# Weird firemouth mating behavior?



## Cichlidsrule (Nov 8, 2006)

One keeps kissing the other one.
They're two firemouths in a 30gallon tank with a few decorations, plants and hiding areas. The confirmed male has been chasing the (un)confirmed female-- darting after her every now and then, and sometimes nipping her sides or her anal area. At first I was worried he was hurting her, or that he was being territorial because the other might have been a male  But then I noticed that he was never nipping at her fins or leaving marks when he nipped at her sides. Then I watched him up close and he literally kissed her side and her fins, and then darted back and watched. 
I'm hoping this is some sort of courting behavior, although I've never heard of it before now. Unless he's maybe just kinda nibbling her slime coat?

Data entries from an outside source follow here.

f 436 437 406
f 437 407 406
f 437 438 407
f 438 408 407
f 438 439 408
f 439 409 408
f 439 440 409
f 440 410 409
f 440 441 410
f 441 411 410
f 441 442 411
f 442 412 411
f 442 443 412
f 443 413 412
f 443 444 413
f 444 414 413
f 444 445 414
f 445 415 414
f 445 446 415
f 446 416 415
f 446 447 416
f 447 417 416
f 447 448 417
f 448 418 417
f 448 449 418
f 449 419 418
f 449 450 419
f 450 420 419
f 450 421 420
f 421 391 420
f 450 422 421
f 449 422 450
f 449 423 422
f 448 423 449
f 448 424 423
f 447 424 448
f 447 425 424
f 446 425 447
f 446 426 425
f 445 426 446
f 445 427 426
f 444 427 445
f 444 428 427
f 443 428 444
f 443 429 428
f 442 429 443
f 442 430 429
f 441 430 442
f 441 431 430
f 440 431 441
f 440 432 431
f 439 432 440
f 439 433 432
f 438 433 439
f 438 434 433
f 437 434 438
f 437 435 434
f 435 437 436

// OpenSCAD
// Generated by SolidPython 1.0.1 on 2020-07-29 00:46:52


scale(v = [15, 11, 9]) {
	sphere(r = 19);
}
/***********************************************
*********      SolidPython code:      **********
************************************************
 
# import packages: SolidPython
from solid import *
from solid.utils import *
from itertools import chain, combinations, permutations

Or he is leaving a mark and I'm just not seeing it yet?


----------



## Cichlidsrule (Nov 8, 2006)

Well, I put some more javamoss in there. Anyone got any other suggestions?


----------



## emc7 (Jul 23, 2005)

They are substrate-spawners, so some slate, a flower pot or other pseudo-cave would be good. If the male is significantly bigger than the female, a hideout with a female-sized hole would give her a safe retreat.


----------



## Cichlidsrule (Nov 8, 2006)

Cheers, thanks!


----------